§ Problem to solve
Everything in the data below is left aside except the lines from the one containing "#31=PLANE('',#18);" through the one containing "#45=DIRECTION('',(0.,0.,-1.));"; repeat those exactly.

§ Information shown

-=-=-

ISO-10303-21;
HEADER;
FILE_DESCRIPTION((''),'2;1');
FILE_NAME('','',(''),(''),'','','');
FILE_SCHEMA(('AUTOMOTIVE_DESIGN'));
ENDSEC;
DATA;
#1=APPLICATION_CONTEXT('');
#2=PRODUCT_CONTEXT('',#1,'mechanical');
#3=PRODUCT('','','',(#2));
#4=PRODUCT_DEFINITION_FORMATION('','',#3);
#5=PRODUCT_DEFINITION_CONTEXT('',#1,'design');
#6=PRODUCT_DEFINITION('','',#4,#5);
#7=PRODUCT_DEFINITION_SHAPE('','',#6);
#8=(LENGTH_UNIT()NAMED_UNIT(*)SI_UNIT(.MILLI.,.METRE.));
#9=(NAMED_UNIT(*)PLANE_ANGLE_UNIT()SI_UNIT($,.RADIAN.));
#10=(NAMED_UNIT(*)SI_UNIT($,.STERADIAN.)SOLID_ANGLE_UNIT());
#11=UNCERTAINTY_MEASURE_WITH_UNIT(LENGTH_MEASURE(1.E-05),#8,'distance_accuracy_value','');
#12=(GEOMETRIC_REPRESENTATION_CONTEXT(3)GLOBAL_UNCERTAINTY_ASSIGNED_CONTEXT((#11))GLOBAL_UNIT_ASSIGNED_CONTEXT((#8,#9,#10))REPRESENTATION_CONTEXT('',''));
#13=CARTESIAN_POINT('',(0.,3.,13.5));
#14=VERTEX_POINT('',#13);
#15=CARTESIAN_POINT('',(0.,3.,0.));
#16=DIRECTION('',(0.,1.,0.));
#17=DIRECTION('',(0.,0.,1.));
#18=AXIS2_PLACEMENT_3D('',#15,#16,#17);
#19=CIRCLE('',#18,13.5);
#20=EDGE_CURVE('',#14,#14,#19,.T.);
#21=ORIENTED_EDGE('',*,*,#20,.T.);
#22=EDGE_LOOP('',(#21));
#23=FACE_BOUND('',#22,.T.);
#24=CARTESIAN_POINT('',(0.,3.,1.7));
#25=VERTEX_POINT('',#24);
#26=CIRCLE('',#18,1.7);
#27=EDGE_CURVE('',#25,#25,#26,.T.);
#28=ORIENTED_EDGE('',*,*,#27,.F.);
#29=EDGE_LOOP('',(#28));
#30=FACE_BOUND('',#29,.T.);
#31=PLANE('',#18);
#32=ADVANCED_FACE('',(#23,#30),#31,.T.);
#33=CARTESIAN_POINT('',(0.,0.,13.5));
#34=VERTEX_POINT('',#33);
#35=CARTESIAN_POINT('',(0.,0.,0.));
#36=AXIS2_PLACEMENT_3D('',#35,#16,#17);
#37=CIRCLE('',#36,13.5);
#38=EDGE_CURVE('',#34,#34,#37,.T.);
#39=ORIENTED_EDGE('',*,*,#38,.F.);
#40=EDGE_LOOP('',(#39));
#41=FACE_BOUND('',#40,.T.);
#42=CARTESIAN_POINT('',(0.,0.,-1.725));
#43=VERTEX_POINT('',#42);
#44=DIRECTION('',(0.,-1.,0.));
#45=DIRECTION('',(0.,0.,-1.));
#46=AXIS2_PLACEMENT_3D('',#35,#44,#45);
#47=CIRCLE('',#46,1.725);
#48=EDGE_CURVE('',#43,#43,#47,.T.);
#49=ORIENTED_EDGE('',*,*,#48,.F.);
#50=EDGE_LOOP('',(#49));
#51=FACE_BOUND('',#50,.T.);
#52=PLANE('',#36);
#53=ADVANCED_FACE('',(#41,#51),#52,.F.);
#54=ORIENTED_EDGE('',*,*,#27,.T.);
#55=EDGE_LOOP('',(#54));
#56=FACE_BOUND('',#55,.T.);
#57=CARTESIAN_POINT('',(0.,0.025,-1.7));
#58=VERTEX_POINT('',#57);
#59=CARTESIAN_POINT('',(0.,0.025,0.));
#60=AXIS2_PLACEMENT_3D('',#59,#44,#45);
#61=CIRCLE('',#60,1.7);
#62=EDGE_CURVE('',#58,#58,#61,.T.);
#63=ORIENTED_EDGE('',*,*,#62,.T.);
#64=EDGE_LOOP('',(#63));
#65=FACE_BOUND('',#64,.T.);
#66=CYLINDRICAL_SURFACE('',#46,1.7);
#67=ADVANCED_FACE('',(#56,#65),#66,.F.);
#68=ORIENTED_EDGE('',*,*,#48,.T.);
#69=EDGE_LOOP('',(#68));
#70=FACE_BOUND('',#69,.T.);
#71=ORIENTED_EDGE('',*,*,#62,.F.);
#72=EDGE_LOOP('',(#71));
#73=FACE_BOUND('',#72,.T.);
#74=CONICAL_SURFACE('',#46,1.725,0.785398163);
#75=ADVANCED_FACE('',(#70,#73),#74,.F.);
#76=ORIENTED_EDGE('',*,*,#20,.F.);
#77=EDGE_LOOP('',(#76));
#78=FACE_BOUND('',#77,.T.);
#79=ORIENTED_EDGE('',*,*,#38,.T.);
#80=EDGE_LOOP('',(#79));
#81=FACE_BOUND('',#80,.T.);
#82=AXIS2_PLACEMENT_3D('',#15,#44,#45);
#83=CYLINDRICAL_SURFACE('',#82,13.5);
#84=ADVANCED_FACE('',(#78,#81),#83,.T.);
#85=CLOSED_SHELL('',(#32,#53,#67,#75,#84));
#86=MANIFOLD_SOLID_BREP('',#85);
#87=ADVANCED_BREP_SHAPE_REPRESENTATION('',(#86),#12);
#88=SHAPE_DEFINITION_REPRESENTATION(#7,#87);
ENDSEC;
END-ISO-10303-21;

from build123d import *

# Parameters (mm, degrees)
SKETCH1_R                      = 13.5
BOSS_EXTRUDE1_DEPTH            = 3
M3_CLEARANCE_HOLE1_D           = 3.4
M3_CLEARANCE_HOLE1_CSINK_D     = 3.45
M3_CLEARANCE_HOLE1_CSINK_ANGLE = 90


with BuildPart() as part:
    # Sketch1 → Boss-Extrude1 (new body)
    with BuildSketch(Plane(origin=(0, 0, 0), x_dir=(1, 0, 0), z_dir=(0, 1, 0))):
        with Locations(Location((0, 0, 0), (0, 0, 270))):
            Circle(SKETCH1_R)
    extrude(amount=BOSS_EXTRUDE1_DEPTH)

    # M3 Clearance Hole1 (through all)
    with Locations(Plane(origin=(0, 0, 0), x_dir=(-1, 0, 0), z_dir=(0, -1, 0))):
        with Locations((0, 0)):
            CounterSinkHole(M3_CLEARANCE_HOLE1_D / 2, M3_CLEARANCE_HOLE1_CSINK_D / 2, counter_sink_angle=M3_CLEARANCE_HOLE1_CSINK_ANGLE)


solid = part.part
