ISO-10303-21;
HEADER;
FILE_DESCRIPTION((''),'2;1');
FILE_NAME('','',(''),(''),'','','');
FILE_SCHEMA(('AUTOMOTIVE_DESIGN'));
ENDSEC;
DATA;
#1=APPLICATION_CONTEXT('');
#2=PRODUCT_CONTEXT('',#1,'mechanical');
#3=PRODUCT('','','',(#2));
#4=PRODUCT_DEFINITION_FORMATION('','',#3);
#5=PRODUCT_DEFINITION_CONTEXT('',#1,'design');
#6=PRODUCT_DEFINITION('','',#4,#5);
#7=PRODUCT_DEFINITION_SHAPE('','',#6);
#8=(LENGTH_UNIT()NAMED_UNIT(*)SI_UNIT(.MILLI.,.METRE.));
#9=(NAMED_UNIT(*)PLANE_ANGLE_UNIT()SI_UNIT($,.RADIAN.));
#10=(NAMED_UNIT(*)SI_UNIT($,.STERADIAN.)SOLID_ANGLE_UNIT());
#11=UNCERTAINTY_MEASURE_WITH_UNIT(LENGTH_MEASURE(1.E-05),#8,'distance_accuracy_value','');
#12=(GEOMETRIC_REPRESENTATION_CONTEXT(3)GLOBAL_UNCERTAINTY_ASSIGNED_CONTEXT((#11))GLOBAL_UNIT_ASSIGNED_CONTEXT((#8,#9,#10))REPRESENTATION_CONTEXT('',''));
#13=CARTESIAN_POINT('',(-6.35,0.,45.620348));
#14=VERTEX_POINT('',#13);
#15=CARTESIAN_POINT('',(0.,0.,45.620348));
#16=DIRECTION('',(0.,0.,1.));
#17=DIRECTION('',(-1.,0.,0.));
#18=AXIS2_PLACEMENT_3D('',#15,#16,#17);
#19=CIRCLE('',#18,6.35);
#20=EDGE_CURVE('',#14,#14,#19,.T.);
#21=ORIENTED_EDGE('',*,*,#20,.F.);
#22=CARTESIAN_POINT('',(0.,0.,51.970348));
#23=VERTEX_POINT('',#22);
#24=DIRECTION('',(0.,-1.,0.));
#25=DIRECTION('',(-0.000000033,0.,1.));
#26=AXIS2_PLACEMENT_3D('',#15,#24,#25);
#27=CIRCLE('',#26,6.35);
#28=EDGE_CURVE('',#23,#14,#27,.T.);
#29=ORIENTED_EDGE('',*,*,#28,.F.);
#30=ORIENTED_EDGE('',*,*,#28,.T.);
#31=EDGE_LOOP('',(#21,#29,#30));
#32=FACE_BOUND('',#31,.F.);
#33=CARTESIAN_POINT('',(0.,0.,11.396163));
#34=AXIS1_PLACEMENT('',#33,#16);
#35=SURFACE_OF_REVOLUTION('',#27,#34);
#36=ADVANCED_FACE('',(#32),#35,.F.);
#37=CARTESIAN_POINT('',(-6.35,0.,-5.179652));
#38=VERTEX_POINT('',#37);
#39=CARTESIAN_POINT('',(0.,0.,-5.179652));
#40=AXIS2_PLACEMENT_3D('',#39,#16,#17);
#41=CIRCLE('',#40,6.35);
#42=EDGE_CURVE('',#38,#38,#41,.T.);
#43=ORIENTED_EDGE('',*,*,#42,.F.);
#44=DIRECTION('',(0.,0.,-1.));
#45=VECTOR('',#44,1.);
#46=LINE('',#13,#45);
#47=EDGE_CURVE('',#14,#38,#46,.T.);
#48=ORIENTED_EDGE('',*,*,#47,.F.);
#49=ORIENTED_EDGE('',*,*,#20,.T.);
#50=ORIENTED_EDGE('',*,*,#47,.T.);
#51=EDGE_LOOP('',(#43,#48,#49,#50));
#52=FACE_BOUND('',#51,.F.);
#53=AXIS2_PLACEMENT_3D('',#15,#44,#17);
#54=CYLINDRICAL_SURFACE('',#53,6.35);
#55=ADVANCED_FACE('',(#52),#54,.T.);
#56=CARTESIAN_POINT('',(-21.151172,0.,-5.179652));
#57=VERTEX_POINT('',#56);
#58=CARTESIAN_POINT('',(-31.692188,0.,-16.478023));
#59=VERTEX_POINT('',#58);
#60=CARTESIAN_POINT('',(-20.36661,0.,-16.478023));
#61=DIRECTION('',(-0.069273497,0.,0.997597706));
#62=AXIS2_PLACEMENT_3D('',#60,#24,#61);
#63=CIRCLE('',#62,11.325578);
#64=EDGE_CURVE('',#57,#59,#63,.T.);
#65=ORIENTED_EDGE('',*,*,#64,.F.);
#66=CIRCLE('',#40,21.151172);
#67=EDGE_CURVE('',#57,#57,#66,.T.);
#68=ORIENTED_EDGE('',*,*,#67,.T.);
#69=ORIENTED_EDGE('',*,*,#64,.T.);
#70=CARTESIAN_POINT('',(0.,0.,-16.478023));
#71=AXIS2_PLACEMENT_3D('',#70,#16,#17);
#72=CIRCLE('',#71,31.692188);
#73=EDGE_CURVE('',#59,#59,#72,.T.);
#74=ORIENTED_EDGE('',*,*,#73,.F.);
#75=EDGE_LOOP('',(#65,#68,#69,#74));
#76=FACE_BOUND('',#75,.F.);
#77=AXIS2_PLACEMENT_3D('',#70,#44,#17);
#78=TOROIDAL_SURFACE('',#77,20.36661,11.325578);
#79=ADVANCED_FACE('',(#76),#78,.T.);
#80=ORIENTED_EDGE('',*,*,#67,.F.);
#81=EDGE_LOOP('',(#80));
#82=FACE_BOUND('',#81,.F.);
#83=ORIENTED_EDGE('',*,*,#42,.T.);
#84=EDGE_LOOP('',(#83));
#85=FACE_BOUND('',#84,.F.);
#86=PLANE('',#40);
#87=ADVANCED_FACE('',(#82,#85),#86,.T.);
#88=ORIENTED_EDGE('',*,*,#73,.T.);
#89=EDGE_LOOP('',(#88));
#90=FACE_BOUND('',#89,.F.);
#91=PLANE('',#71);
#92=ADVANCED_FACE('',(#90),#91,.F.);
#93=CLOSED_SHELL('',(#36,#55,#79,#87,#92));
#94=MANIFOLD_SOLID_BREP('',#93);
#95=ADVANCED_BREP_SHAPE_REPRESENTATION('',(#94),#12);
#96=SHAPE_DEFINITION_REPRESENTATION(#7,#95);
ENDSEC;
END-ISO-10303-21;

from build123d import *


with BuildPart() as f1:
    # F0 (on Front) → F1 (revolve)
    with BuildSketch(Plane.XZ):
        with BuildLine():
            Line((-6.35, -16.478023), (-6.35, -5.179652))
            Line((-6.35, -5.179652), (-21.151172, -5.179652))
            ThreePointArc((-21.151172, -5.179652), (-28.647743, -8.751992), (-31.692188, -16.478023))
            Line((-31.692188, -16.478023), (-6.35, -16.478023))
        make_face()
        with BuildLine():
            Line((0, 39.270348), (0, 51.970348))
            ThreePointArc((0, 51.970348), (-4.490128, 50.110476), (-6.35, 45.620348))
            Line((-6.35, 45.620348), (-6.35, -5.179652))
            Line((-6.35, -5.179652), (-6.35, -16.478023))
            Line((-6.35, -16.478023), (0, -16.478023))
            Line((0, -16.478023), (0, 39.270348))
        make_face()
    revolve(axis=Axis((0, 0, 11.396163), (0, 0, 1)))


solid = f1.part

-=-=-

§ Output
#31=PLANE('',#18);
#32=ADVANCED_FACE('',(#23,#30),#31,.T.);
#33=CARTESIAN_POINT('',(0.,0.,13.5));
#34=VERTEX_POINT('',#33);
#35=CARTESIAN_POINT('',(0.,0.,0.));
#36=AXIS2_PLACEMENT_3D('',#35,#16,#17);
#37=CIRCLE('',#36,13.5);
#38=EDGE_CURVE('',#34,#34,#37,.T.);
#39=ORIENTED_EDGE('',*,*,#38,.F.);
#40=EDGE_LOOP('',(#39));
#41=FACE_BOUND('',#40,.T.);
#42=CARTESIAN_POINT('',(0.,0.,-1.725));
#43=VERTEX_POINT('',#42);
#44=DIRECTION('',(0.,-1.,0.));
#45=DIRECTION('',(0.,0.,-1.));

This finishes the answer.